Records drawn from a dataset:
·····

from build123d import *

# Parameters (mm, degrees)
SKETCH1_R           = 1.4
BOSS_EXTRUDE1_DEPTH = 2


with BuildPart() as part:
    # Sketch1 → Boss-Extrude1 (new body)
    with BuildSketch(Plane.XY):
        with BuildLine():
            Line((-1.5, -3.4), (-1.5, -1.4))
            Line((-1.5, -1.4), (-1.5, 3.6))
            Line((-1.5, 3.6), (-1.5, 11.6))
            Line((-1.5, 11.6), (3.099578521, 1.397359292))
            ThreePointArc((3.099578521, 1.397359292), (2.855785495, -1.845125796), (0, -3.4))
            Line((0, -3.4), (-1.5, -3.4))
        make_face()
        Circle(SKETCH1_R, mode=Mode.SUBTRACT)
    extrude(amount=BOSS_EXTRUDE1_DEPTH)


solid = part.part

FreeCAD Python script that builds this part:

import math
import FreeCAD as App
import Part
import Sketcher
from FreeCAD import Vector

doc = App.newDocument("Part")
params = doc.addObject("Spreadsheet::Sheet", "Params")
for row, (alias, value) in enumerate([
    ("sketch1_diameter", "2.8 mm"),
    ("sketch1_radius", "3.4 mm"),
    ("sketch1_height", "15 mm"),
    ("sketch1_width", "1.5 mm"),
    ("pad1_length", "2 mm"),
], start=1):
    params.set(f"A{row}", alias)
    params.set(f"B{row}", "=" + value)
    params.setAlias(f"B{row}", alias)

body = doc.addObject("PartDesign::Body", "Body")

sketch1 = body.newObject("Sketcher::SketchObject", "Sketch")
sketch1.AttachmentSupport = (doc.getObject("XY_Plane"), [""])
sketch1.MapMode = "FlatFace"
sketch1.addGeometry(Part.LineSegment(Vector(-1.5, 11.6, 0), Vector(-1.5, -3.4, 0)), False)
sketch1.addGeometry(Part.LineSegment(Vector(-1.5, -3.4, 0), Vector(0, -3.4, 0)), False)
sketch1.addGeometry(Part.ArcOfCircle(Part.Circle(Vector(0, 0, 0), Vector(0, 0, 1), 3.4), math.radians(-90), math.radians(24)), False)
sketch1.addGeometry(Part.LineSegment(Vector(3.1, 1.4, 0), Vector(-1.5, 11.6, 0)), False)
sketch1.addGeometry(Part.Circle(Vector(0, 0, 0), Vector(0, 0, 1), 1.4), False)
sketch1.addConstraint(Sketcher.Constraint("Coincident", 0, 2, 1, 1))
sketch1.addConstraint(Sketcher.Constraint("Tangent", 1, 2, 2, 1))
sketch1.addConstraint(Sketcher.Constraint("Tangent", 2, 2, 3, 1))
sketch1.addConstraint(Sketcher.Constraint("Coincident", 3, 2, 0, 1))
sketch1.addConstraint(Sketcher.Constraint("Vertical", 0))
sketch1.addConstraint(Sketcher.Constraint("Horizontal", 1))
sketch1.addConstraint(Sketcher.Constraint("Coincident", 2, 3, -1, 1))
sketch1.addConstraint(Sketcher.Constraint("Coincident", 4, 3, -1, 1))
sketch1.addConstraint(Sketcher.Constraint("Diameter", 4, 2.8))
sketch1.addConstraint(Sketcher.Constraint("Radius", 2, 3.4))
sketch1.addConstraint(Sketcher.Constraint("DistanceY", 0, 2, 0, 1, 15.0))
sketch1.addConstraint(Sketcher.Constraint("DistanceX", 1, 1, 1, 2, 1.5))
sketch1.setExpression("Constraints[8]", "Params.sketch1_diameter")
sketch1.setExpression("Constraints[9]", "Params.sketch1_radius")
sketch1.setExpression("Constraints[10]", "Params.sketch1_height")
sketch1.setExpression("Constraints[11]", "Params.sketch1_width")
pad1 = body.newObject("PartDesign::Pad", "Pad")
pad1.Profile = sketch1
pad1.setExpression("Length", "Params.pad1_length")

doc.recompute()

·····

Among the records, find each line where the word "with" occurs, and copy it.

• ANSWER BOX:
with BuildPart() as part:
    with BuildSketch(Plane.XY):
        with BuildLine():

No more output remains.